ISAKOS: 2019 Congress in Cancun, Mexico
ISAKOS

2019 ISAKOS Biennial Congress Paper #136

 

Tunnel Location and Two-Year Clinical Outcomes After the Anatomical Rectangular Tunnel Anterior Cruciate Ligament Reconstruction with a Bone Patellar-Tendon Bone Graft

Yuta Tachibana, M.D., Ph.D., Sakai, Asia JAPAN
Konsei Shino, MD, PhD, Osaka, Osaka JAPAN
Tatsuo Mae, MD, PhD, Suita, Osaka JAPAN
Ryo Iuchi, MD, Osaka, Osaka JAPAN
Take Yasuhiro, MD, PhD, Osaka, Osaka JAPAN
Shigeto Nakagawa, MD, Osaka, Osaka JAPAN

Yukioka Hospital, Osaka, Osaka, JAPAN

FDA Status Not Applicable

Summary

This study showed that 1) by identifying arthroscopic landmarks, the entire femoral tunnel aperture and at least 75% of the tibial tunnel aperture area were located inside the anatomical attachment areas in the 3-D CT evaluation after anatomic rectangular tunnel (ART) ACLR using a BTB graft; 2) clinical outcomes were satisfactory both subjectively and objectively in more than 95% of the patients.

Abstract

Purpose

Based on the anatomical studies showing the ACL attachment areas are surrounded by the bony landmarks, it is our surgical policy to precisely create tunnels inside the anatomical attachment areas after careful removal of ACL remnants to identify the landmarks. This study aimed to elucidate tunnel locations and clinical outcomes after anatomic rectangular tunnel (ART) ACL reconstruction (ACLR) using a bone-patellar tendon-bone (BTB) graft.

Methods

Sixty-one patients with primary unilateral ACL injury were included.
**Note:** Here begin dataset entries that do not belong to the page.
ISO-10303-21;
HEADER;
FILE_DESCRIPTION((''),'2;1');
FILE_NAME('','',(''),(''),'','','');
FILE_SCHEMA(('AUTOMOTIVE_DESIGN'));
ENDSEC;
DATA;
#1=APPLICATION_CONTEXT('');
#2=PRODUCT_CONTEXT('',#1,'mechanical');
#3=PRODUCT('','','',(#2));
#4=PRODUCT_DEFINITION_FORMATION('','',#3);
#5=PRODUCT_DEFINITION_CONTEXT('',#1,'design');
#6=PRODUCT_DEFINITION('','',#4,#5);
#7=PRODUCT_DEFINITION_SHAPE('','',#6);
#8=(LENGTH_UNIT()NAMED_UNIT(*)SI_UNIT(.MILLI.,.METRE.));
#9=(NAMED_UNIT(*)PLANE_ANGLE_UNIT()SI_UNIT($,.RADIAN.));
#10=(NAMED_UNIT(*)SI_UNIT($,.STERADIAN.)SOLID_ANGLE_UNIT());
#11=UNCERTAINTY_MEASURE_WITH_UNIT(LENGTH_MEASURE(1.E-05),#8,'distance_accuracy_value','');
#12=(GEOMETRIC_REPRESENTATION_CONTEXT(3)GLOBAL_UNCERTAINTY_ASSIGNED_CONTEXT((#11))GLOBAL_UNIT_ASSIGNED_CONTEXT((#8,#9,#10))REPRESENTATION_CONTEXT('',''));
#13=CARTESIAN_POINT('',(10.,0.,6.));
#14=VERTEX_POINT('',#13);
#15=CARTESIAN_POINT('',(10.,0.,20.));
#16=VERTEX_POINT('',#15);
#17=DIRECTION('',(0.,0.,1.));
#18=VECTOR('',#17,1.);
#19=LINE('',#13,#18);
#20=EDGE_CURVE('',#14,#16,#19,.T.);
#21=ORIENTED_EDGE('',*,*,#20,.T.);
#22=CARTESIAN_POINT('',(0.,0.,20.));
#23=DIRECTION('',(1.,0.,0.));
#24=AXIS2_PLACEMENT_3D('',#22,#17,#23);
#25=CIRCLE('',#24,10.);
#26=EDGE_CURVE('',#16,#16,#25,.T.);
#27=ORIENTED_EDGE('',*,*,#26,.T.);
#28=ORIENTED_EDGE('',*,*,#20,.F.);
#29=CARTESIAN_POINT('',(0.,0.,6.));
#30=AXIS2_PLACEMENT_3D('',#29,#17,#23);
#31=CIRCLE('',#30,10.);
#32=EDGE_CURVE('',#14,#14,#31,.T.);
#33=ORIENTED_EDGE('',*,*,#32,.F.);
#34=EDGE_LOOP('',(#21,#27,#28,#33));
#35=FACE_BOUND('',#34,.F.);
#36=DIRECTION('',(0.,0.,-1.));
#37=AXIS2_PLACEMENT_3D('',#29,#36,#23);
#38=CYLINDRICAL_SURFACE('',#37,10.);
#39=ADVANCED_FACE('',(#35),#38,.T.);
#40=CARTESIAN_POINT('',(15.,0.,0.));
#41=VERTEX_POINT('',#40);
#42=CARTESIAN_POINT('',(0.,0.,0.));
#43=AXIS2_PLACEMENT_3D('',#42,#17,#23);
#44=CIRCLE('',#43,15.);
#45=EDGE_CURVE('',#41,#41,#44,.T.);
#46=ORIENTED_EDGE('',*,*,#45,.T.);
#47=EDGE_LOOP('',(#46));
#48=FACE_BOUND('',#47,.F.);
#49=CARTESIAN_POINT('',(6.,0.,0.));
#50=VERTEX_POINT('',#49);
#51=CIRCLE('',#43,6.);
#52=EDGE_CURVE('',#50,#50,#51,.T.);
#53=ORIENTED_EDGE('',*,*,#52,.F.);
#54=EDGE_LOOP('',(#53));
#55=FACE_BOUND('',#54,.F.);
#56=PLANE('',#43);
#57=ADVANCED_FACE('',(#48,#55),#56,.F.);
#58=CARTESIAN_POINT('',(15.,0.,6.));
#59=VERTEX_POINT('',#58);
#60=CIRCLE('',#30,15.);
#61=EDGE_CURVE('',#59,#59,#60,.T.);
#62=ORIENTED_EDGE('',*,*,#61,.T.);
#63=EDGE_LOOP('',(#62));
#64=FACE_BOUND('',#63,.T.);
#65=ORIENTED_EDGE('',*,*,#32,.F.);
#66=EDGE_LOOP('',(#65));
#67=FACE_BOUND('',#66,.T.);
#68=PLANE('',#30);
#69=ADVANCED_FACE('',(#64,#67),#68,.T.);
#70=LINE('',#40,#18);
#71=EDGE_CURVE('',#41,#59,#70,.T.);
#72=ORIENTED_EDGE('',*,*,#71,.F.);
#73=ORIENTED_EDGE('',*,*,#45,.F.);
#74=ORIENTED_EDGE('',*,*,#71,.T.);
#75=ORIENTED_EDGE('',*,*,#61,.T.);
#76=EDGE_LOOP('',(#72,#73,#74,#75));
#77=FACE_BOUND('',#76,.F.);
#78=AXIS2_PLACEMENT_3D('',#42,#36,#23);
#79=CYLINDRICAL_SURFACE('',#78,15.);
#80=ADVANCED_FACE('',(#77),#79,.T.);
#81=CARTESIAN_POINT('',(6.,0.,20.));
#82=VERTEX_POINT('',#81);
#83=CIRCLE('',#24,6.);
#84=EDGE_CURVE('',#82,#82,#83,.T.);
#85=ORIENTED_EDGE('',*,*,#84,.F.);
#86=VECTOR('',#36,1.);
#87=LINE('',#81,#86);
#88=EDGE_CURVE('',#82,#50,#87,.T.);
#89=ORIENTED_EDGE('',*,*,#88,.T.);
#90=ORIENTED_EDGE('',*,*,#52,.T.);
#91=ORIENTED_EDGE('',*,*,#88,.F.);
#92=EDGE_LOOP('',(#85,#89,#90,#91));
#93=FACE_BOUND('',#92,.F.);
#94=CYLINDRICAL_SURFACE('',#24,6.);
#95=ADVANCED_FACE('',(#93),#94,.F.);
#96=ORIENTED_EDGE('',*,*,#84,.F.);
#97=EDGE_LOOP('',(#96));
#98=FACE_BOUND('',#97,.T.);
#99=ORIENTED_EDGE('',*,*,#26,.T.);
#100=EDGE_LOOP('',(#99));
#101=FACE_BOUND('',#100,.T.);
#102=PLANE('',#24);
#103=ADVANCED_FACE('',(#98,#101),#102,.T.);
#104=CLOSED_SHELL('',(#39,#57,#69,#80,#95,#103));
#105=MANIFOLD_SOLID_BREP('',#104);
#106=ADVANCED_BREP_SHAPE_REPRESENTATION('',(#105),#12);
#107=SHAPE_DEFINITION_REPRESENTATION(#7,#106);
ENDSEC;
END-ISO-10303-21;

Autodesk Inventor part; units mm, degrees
ref_plane "YZ Plane" through (0, 0, 0) normal (1, 0, 0) x (0, 1, 0)
ref_plane "XZ Plane" through (0, 0, 0) normal (0, 1, 0) x (-1, 0, 0)
ref_plane "XY Plane" through (0, 0, 0) normal (0, 0, 1) x (1, 0, 0)
sketch "Sketch1" plane through (0, 0, 0) normal (0, 0, 1) x (1, 0, 0)
  circle A0 centre (0, 0) radius 15
  dimension "d0" = 30
extrude "Extrusion1" add sketch "Sketch1" along normal blind 6
sketch "Sketch2" plane through (0, 0, 6) normal (0, 0, 1) x (1, 0, 0)
  circle A0 centre (0, 0) radius 10
  dimension "d3" = 20
extrude "Extrusion2" add sketch "Sketch2" along normal blind 14
sketch "Sketch3" plane through (0, 0, 20) normal (0, 0, 1) x (1, 0, 0)
  circle A0 centre (0, 0) radius 6
  dimension "d6" = 12
extrude "Extrusion3" cut sketch "Sketch3" against normal blind 20
properties part number "4 - Part 2"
They were 40 males and 21 females with a mean age of 23 years (range: 14–48 years). Rectangular tunnels of 5 × 10 mm were created inside the femoral/tibial ACL attachment areas. A BTB graft was harvested and the bone plugs were shaped into a rectangular parallelepiped to snugly fit the tunnels. For the femur, an aperture fixation was performed with an interference screw after the tendon–bone interface was adjusted to the femoral tunnel aperture. For the tibia, a pullout fixation was performed with the Double Spike Plate and a screw under an initial tension of 10–20 N. Postoperatively, using 3-dimensional computed tomography (3-D CT) images, the proportion of the tunnel apertures to the anatomical attachment areas was evaluated at 3 weeks. The clinical outcomes were evaluated at 2 years.

Results

The 3-D CT evaluation showed the entire tunnel aperture was geographically located inside the anatomical attachment area in all the patients for the femur and in 70% patients for the tibia. In the remaining 30% patients, 15.1% ± 4.5% (6.2%–22.2%) of the tibial tunnel aperture area was medially deviated from the medial intercondylar ridge, whereas no deviation was observed in the anterior, posterior or lateral directions. In sum, at least 75% of the tibial tunnel aperture area was located inside the anatomical attachment area in all the patients. The International Knee Documentation Committee (IKDC) subjective assessment showed that all the patients were classified as ‘normal’ or ‘nearly normal’. The Lachman test and pivot-shift test were negative in 99% and 95% of the patients, respectively. No patients showed a loss of flexion/extension exceeding 5°. The mean side-to-side difference of the anterior laxity at the maximum manual force with a KT-1000 Knee Arthrometer was 0.2 ± 0.9 mm, with 95% of the patients ranging from -1 to +2 mm. No significant correlation was detected between the medial deviation of the tibial tunnel aperture from the anatomical attachment area and the side-to-side difference of the anterior laxity (rho = 0.101, P = 0.428) or the IKDC subjective assessment (rho = 0.037, P = 0.810).

Conclusion

By arthroscopically identifying the bony landmarks, the entire femoral tunnel aperture and at least 75% of the tibial tunnel aperture were located inside the anatomical attachment areas. With these properly-created tunnels, the ART ACLR resulted in satisfactory outcomes both subjectively and objectively in more than 95% of the patients.